▶ _YOUR GOAL_: In the records that follow, find each line containing "Circle" and copy it.

▶ _RECORDS TO PROCESS_:
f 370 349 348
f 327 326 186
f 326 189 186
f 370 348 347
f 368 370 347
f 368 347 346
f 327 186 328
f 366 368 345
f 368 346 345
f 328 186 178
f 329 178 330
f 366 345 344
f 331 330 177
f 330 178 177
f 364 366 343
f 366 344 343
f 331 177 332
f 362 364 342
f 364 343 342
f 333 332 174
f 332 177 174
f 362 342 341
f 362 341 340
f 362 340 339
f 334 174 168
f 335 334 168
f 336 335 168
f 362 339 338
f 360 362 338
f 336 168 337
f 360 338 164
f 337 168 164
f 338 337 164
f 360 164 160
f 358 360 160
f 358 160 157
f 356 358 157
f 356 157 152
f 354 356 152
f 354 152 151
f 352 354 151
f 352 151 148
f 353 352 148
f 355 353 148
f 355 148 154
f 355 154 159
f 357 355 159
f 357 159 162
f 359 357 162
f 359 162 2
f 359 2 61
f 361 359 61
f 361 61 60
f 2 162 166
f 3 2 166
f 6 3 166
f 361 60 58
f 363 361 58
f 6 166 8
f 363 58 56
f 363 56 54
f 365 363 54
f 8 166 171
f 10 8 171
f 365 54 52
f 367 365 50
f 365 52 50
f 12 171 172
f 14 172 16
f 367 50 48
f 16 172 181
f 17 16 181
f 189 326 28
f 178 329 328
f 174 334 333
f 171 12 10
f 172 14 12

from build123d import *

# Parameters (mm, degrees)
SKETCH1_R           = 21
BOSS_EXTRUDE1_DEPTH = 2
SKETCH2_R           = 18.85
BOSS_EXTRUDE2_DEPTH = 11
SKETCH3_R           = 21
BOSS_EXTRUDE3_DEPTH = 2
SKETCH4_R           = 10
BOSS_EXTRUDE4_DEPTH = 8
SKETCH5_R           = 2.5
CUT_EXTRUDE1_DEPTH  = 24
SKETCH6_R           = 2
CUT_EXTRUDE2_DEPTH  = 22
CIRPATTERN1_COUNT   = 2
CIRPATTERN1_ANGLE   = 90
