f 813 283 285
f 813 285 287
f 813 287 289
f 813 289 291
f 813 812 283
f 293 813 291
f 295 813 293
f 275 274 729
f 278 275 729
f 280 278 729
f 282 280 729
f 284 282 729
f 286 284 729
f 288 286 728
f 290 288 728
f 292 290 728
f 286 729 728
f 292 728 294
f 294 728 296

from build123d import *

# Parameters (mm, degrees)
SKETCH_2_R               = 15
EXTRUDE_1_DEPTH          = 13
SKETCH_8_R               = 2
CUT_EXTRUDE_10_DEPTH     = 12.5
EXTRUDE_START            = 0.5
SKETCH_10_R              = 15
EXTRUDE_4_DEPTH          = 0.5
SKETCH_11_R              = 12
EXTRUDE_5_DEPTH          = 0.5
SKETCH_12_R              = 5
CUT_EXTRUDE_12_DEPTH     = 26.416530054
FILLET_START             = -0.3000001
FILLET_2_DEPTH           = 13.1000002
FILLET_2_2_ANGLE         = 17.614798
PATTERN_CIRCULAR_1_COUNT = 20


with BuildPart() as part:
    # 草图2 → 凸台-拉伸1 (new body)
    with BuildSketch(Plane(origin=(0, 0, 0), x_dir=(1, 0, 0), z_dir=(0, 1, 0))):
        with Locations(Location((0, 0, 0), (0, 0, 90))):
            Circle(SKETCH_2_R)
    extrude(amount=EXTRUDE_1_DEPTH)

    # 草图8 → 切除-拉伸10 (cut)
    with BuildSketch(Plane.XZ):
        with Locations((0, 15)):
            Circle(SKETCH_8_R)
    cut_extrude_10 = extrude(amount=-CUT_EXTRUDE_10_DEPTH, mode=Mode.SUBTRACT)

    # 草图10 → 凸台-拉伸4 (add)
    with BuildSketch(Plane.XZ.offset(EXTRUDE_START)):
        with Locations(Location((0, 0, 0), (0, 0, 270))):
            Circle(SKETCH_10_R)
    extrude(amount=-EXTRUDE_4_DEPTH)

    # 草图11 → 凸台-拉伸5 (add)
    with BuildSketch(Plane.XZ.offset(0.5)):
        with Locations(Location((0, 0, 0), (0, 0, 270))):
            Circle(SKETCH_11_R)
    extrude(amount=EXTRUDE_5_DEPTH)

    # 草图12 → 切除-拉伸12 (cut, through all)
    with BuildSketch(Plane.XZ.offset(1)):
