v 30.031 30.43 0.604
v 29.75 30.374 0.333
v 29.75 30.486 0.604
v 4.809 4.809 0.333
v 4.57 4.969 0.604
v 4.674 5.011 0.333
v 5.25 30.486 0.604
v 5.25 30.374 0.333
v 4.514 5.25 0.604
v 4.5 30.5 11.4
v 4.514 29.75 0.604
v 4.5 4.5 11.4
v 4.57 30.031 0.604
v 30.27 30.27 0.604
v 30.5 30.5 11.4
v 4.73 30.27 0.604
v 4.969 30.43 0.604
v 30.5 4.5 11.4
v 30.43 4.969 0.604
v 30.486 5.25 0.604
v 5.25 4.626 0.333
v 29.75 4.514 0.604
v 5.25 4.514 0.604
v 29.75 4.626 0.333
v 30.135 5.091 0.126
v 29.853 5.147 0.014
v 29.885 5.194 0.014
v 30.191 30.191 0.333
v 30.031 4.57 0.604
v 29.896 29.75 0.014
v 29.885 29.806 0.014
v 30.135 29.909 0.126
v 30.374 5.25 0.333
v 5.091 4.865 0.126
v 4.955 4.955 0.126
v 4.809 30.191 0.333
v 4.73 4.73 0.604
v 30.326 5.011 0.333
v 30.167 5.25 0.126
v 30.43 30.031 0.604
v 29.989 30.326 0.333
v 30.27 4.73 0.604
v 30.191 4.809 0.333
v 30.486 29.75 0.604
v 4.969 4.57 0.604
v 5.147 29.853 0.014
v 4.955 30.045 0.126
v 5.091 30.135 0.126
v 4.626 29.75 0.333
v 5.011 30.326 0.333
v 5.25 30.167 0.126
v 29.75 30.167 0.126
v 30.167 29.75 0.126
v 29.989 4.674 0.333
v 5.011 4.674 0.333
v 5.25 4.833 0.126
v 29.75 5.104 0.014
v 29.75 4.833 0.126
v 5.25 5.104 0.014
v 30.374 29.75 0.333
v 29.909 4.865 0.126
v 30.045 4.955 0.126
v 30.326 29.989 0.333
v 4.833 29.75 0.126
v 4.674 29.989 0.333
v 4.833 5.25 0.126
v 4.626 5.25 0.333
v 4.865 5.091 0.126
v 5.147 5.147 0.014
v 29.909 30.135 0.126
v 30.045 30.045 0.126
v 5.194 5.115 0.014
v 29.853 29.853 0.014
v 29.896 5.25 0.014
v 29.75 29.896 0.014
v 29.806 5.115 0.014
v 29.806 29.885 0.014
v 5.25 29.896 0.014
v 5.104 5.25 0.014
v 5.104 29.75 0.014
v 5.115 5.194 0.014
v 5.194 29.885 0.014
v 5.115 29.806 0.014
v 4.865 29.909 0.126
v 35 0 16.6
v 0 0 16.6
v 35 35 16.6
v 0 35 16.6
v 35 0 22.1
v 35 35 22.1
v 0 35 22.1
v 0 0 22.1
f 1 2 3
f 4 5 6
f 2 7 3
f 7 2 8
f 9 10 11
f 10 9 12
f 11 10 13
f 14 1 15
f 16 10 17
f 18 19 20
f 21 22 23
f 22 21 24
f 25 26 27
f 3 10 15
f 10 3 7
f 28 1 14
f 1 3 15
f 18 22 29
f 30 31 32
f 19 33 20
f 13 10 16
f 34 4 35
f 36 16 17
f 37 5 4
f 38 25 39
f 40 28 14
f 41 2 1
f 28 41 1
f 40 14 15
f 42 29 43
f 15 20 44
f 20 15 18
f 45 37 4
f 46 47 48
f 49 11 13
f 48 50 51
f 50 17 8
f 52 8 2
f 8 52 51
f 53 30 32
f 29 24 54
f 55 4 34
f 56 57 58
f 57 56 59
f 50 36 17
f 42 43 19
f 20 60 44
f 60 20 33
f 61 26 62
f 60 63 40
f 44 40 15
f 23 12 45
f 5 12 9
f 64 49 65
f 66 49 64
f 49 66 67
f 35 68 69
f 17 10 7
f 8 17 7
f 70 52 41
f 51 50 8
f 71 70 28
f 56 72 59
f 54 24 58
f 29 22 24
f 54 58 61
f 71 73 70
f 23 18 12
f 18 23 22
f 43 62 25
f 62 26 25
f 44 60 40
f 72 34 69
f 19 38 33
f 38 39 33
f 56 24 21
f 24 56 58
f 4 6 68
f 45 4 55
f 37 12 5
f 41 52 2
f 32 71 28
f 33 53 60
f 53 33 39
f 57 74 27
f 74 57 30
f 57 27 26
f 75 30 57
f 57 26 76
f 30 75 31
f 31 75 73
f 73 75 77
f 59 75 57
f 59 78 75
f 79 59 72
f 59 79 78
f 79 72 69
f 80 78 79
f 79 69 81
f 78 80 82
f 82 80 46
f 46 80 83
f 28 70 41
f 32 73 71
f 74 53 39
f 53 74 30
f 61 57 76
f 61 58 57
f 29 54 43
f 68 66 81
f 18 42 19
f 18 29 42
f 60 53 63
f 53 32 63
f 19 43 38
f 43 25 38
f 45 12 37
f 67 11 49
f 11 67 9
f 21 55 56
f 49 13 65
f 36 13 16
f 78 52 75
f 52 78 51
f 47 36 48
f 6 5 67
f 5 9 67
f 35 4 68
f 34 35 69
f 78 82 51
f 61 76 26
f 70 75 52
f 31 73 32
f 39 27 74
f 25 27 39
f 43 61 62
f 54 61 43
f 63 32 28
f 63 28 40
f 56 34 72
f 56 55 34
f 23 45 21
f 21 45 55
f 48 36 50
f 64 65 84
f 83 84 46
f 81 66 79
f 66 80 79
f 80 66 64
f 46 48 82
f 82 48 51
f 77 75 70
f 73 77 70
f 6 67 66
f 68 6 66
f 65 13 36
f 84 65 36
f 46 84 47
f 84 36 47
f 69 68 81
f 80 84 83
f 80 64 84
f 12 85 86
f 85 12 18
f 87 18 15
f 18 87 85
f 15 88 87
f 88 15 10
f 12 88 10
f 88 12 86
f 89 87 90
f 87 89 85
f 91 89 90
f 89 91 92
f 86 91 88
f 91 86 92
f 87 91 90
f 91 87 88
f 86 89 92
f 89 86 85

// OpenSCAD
// DungeonBlocks - Blank Floor Tile

/* [Tile] */
cols = 1;  // number of tile columns
rows = 1;  // number of tile rows

/* [Wall] */
wall_n         = false;
wall_e         = false;
wall_w         = false;
wall_s         = false;
wall_height    = 33.0;  // height from slab base — top is fixed regardless of floor height
wall_thickness =  7.0;  // wall depth in mm

/* [Floor] */
floor_preset   = 9.5; // [0:Custom, 3:Water (3mm), 6:Ground (6mm), 9.5:Manmade (9.5mm)]
floor_custom   = 9.5; // custom height in mm — only used when preset is Custom
floor_texture  = true;
texture_depth  = 4.0; // how deep the texture is embossed in mm
texture_zoom   = 1.0; // 1 = full image, 2 = use 1/4 of image at 2x scale

/* [Socket] */
peg_height = 11.4; // [11.4:Normal, 5.7:Short]


/* [Hidden] */

tile_size        = 35.0;
peg_size         = 26.0;
corner_bevel     =  0.75;
round_corners    = true;
peg_flare_height = 5.2;
corner_fn        = 16;

floor_height = (floor_preset == 0) ? floor_custom : floor_preset;

peg_top_z = peg_height;
base_z    = peg_height + peg_flare_height;

total_w = cols * tile_size;
total_d = rows * tile_size;


// --- Helpers ---

module _corner_discs(size_xy, z, r) {
    inset = (tile_size - size_xy) / 2;
    rr    = min(r, size_xy / 2 - 0.01);
    for (x = [inset + rr, inset + size_xy - rr])
    for (y = [inset + rr, inset + size_xy - rr])
        translate([x, y, z])
            cylinder(r=rr, h=0.001, $fn=corner_fn);
}

module centered_square_prism(size_xy, z0, height, r=0, round_bottom=false) {
    inset = (tile_size - size_xy) / 2;
    if (r <= 0) {
        translate([inset, inset, z0])
            cube([size_xy, size_xy, height], center=false);
    } else {
        rr = min(r, size_xy / 2 - 0.01);
        if (round_bottom) {
            hull() {
                for (x = [inset + rr, inset + size_xy - rr])
                for (y = [inset + rr, inset + size_xy - rr])
                    translate([x, y, z0 + rr])
                        sphere(r=rr, $fn=corner_fn);
                translate([inset, inset, z0 + height])
                    cube([size_xy, size_xy, 0.001]);
            }
        } else {
            hull() {
                for (x = [inset + rr, inset + size_xy - rr])
                for (y = [inset + rr, inset + size_xy - rr])
                    translate([x, y, z0])
                        cylinder(r=rr, h=0.001, $fn=corner_fn);
                translate([inset, inset, z0 + height])
                    cube([size_xy, size_xy, 0.001]);
            }
        }
    }
}

module square_frustum(bottom_size, top_size, z0, height, r=0) {
    if (r <= 0) {
        bi = (tile_size - bottom_size) / 2;
        ti = (tile_size - top_size) / 2;
        polyhedron(
            points = [
                [bi,             bi,             z0],
                [tile_size - bi, bi,             z0],
                [tile_size - bi, tile_size - bi, z0],
                [bi,             tile_size - bi, z0],
                [ti,             ti,             z0 + height],
                [tile_size - ti, ti,             z0 + height],
                [tile_size - ti, tile_size - ti, z0 + height],
                [ti,             tile_size - ti, z0 + height]
            ],
            faces = [
                [0, 3, 2, 1],
                [4, 5, 6, 7],
                [0, 1, 5, 4],
                [1, 2, 6, 5],
                [2, 3, 7, 6],
                [3, 0, 4, 7]
            ]
        );
    } else {
        hull() {
            _corner_discs(bottom_size, z0,          r);
            _corner_discs(top_size,    z0 + height, r);
        }
    }
}


// --- Components ---

module socket_base() {
    r           = round_corners ? corner_bevel : 0;
    bevel_entry = !round_corners && corner_bevel > 0;
    col_z0      = bevel_entry ? corner_bevel : 0;
    col_height  = peg_top_z - col_z0;

    if (bevel_entry)
        square_frustum(peg_size - 2 * corner_bevel, peg_size, 0, corner_bevel);

    centered_square_prism(peg_size, col_z0, col_height, r, round_corners);

    square_frustum(peg_size, tile_size, peg_top_z, peg_flare_height);
}

texture_file = "../textures/grass-foliage-256-faded.png";

module floor_tile() {
    translate([0, 0, base_z]) {
        if (floor_texture) {
            cube([total_w, total_d, floor_height - texture_depth]);
            translate([0, 0, floor_height - texture_depth])
                if (texture_zoom == 1) {
                    resize([total_w, total_d, texture_depth])
                        surface(file=texture_file, invert=false);
                } else {
                    intersection() {
                        cube([total_w, total_d, texture_depth]);
                        resize([total_w * texture_zoom, total_d * texture_zoom, texture_depth])
                            surface(file=texture_file, invert=false);
                    }
                }
        } else {
            cube([total_w, total_d, floor_height]);
        }
    }
}

// --- Model ---

union() {
    for (c = [0:cols-1], r = [0:rows-1])
        translate([c * tile_size, r * tile_size, 0])
            socket_base();
    floor_tile();
    if (wall_w) translate([0,                        0, base_z]) cube([wall_thickness, total_d, wall_height]);
    if (wall_e) translate([total_w - wall_thickness, 0, base_z]) cube([wall_thickness, total_d, wall_height]);
    if (wall_s) translate([0,                        0, base_z]) cube([total_w, wall_thickness, wall_height]);
    if (wall_n) translate([0, total_d - wall_thickness, base_z]) cube([total_w, wall_thickness, wall_height]);
}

▶ _YOUR SOLUTION_:
            Circle(SKETCH_2_R)
            Circle(SKETCH_8_R)
            Circle(SKETCH_10_R)
            Circle(SKETCH_11_R)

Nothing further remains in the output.